- ASSIGNMENT: Of all the entries below, retype only the lines from the one with "v 0 53.033 10" through the one with "v 8.262 -5.633 0", exactly as they appear.

- GIVEN INFORMATION:
____

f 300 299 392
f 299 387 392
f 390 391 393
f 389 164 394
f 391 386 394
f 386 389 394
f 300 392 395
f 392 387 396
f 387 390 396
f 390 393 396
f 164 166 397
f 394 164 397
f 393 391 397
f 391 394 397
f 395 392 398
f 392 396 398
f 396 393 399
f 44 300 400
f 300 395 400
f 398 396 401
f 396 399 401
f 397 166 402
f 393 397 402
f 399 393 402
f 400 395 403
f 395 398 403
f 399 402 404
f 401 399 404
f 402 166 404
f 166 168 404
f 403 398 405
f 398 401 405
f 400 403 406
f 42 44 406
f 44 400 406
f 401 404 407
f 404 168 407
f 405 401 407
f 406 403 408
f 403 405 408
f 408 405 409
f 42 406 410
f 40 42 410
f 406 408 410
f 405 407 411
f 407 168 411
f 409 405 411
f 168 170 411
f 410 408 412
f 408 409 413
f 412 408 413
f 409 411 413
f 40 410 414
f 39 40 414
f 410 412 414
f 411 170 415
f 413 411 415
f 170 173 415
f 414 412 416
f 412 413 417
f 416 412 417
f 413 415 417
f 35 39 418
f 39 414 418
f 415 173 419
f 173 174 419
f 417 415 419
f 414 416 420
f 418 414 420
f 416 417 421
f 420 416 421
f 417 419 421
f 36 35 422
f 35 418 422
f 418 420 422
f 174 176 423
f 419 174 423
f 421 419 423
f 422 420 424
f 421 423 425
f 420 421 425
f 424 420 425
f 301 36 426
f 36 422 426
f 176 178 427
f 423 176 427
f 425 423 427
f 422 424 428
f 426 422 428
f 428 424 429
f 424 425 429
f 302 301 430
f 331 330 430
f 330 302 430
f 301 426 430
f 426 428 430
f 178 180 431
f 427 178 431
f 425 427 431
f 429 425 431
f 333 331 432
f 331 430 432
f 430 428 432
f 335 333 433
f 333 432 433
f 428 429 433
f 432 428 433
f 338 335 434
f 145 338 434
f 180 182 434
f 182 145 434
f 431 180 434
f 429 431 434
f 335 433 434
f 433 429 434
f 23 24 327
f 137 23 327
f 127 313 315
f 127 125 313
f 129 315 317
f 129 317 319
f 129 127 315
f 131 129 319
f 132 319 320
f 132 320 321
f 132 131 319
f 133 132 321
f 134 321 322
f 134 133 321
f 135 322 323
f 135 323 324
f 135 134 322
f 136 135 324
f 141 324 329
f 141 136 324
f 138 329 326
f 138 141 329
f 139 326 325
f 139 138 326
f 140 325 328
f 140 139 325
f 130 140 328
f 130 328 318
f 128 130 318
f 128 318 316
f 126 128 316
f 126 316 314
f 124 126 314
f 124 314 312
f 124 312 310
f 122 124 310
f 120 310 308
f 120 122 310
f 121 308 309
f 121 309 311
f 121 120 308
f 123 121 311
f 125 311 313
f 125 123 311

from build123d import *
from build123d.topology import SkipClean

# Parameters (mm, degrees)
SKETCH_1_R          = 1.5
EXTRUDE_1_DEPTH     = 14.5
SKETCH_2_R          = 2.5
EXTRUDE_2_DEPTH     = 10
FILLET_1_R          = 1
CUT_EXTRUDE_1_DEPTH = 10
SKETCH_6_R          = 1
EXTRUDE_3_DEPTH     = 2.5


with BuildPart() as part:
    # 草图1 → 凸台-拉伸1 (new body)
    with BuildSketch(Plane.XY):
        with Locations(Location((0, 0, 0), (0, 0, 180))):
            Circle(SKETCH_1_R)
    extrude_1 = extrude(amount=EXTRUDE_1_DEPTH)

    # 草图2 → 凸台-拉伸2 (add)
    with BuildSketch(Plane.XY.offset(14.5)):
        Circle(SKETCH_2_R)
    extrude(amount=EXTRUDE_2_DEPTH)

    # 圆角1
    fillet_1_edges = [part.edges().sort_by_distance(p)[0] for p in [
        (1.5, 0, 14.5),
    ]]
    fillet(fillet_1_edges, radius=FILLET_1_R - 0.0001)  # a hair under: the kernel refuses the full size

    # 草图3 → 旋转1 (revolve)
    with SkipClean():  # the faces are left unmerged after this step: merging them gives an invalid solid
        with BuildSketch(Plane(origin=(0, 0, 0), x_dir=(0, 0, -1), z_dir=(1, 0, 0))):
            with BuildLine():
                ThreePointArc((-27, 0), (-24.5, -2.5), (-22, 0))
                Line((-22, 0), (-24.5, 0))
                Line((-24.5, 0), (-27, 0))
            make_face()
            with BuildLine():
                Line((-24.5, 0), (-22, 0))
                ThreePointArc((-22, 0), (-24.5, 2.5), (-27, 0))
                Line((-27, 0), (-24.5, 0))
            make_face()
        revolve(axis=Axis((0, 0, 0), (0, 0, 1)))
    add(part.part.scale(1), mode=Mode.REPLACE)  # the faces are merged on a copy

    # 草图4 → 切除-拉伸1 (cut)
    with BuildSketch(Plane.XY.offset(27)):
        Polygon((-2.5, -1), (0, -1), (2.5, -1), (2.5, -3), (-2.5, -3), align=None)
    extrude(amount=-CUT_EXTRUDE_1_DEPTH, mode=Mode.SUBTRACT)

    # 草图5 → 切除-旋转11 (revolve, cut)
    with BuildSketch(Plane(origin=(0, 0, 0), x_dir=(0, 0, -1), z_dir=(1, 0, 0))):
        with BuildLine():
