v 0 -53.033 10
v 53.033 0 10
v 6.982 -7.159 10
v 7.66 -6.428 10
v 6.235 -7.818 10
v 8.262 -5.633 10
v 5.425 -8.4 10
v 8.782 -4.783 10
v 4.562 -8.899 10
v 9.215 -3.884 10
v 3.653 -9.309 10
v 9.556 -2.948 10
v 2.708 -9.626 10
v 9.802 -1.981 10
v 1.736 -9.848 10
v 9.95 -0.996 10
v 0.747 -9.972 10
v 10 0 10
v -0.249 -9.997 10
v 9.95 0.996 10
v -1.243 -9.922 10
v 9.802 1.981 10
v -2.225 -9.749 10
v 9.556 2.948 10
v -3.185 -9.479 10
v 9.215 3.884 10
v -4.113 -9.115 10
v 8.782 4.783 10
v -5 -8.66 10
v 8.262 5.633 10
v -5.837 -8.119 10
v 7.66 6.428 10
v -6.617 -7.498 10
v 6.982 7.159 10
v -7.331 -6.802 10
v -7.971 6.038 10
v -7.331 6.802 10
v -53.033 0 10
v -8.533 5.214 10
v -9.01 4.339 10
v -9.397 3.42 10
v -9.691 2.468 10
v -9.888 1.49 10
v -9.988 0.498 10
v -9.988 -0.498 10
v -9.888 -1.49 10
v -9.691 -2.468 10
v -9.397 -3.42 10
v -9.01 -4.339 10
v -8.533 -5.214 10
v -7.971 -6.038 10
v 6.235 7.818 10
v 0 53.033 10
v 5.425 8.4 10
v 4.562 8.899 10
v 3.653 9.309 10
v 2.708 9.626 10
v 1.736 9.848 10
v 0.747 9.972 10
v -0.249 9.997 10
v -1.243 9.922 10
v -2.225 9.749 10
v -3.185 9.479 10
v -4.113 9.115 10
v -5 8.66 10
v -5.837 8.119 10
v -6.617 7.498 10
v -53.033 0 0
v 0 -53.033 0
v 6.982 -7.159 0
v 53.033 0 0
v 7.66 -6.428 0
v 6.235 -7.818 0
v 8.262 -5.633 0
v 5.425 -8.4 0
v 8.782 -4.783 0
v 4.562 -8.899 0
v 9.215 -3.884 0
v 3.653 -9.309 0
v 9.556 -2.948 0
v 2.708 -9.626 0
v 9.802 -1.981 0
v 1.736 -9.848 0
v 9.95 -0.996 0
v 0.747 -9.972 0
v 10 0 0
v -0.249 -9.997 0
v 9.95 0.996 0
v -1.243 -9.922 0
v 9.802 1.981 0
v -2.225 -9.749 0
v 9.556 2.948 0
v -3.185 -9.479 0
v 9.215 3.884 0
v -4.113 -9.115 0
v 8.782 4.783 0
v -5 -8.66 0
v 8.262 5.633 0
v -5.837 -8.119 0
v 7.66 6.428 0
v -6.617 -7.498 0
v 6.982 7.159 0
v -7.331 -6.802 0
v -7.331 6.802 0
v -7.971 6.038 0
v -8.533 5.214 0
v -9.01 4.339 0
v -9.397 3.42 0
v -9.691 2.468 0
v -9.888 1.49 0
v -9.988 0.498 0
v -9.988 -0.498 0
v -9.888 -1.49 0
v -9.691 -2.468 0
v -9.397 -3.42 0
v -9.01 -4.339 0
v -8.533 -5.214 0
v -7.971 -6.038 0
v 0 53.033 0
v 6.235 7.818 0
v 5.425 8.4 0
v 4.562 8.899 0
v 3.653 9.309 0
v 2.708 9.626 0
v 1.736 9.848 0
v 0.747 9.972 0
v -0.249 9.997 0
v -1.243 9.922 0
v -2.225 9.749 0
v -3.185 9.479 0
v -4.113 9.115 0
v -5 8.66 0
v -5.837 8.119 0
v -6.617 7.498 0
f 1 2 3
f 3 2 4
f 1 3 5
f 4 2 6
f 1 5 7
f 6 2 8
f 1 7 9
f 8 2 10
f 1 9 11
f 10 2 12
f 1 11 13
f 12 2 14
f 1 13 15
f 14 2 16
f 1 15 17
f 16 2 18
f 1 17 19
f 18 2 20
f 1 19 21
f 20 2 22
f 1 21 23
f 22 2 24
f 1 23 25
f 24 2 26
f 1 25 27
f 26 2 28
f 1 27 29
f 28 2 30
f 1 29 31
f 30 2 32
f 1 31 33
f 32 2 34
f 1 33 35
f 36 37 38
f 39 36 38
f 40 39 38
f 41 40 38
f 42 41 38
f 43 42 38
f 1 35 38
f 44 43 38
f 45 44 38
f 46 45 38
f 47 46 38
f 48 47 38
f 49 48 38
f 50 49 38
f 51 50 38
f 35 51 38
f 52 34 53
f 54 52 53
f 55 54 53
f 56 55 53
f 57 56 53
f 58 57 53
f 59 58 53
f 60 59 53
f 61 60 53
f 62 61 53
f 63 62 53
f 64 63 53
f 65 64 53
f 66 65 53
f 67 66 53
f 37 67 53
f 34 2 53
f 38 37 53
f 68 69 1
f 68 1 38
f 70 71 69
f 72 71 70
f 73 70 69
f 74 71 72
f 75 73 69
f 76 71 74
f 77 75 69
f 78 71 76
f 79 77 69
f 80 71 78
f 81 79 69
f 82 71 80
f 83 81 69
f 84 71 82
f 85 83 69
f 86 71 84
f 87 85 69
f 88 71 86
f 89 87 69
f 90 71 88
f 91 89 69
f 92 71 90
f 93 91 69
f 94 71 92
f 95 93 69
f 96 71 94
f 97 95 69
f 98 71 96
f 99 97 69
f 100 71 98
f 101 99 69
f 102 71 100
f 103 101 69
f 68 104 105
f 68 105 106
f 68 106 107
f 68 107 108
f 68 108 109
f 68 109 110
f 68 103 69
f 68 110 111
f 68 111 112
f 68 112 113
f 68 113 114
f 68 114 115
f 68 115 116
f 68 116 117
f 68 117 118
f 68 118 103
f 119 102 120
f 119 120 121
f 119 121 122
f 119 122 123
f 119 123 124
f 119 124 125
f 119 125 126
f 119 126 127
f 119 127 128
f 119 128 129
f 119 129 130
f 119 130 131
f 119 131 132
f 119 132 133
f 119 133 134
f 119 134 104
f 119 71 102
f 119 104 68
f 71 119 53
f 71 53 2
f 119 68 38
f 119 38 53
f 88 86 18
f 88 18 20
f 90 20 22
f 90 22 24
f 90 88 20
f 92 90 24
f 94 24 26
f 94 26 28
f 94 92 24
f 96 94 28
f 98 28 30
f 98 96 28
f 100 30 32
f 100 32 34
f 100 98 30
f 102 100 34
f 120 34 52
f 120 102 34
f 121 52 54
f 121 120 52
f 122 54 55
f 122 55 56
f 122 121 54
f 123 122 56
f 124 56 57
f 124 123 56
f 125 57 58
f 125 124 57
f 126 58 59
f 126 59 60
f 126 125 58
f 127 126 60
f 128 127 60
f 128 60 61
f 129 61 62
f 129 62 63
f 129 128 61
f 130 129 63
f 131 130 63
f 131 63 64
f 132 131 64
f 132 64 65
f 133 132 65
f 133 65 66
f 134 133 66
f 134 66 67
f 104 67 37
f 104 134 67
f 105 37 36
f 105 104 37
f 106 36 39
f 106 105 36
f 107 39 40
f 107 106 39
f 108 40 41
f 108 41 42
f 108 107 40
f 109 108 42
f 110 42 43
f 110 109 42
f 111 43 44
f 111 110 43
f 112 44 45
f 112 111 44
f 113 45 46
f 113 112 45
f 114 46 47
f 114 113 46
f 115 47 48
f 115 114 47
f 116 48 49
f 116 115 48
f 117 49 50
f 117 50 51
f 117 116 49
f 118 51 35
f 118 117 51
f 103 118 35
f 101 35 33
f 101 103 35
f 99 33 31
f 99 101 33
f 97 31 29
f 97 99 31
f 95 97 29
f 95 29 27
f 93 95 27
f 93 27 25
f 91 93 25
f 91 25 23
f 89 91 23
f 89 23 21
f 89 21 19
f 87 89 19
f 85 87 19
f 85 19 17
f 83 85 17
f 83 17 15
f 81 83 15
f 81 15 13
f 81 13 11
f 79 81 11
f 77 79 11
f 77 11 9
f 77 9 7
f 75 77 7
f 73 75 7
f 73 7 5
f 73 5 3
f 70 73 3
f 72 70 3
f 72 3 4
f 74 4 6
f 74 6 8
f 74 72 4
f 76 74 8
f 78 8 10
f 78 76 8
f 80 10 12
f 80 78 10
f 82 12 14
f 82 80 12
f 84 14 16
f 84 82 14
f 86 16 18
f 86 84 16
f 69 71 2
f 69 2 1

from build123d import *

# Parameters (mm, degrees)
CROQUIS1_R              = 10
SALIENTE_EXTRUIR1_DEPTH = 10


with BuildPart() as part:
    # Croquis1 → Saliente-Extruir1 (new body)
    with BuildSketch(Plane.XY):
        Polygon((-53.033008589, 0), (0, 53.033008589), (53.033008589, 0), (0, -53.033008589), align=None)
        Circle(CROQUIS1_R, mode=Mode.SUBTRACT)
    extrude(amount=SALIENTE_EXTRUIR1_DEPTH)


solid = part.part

____

- TASK OUTPUT:
v 0 53.033 10
v 5.425 8.4 10
v 4.562 8.899 10
v 3.653 9.309 10
v 2.708 9.626 10
v 1.736 9.848 10
v 0.747 9.972 10
v -0.249 9.997 10
v -1.243 9.922 10
v -2.225 9.749 10
v -3.185 9.479 10
v -4.113 9.115 10
v -5 8.66 10
v -5.837 8.119 10
v -6.617 7.498 10
v -53.033 0 0
v 0 -53.033 0
v 6.982 -7.159 0
v 53.033 0 0
v 7.66 -6.428 0
v 6.235 -7.818 0
v 8.262 -5.633 0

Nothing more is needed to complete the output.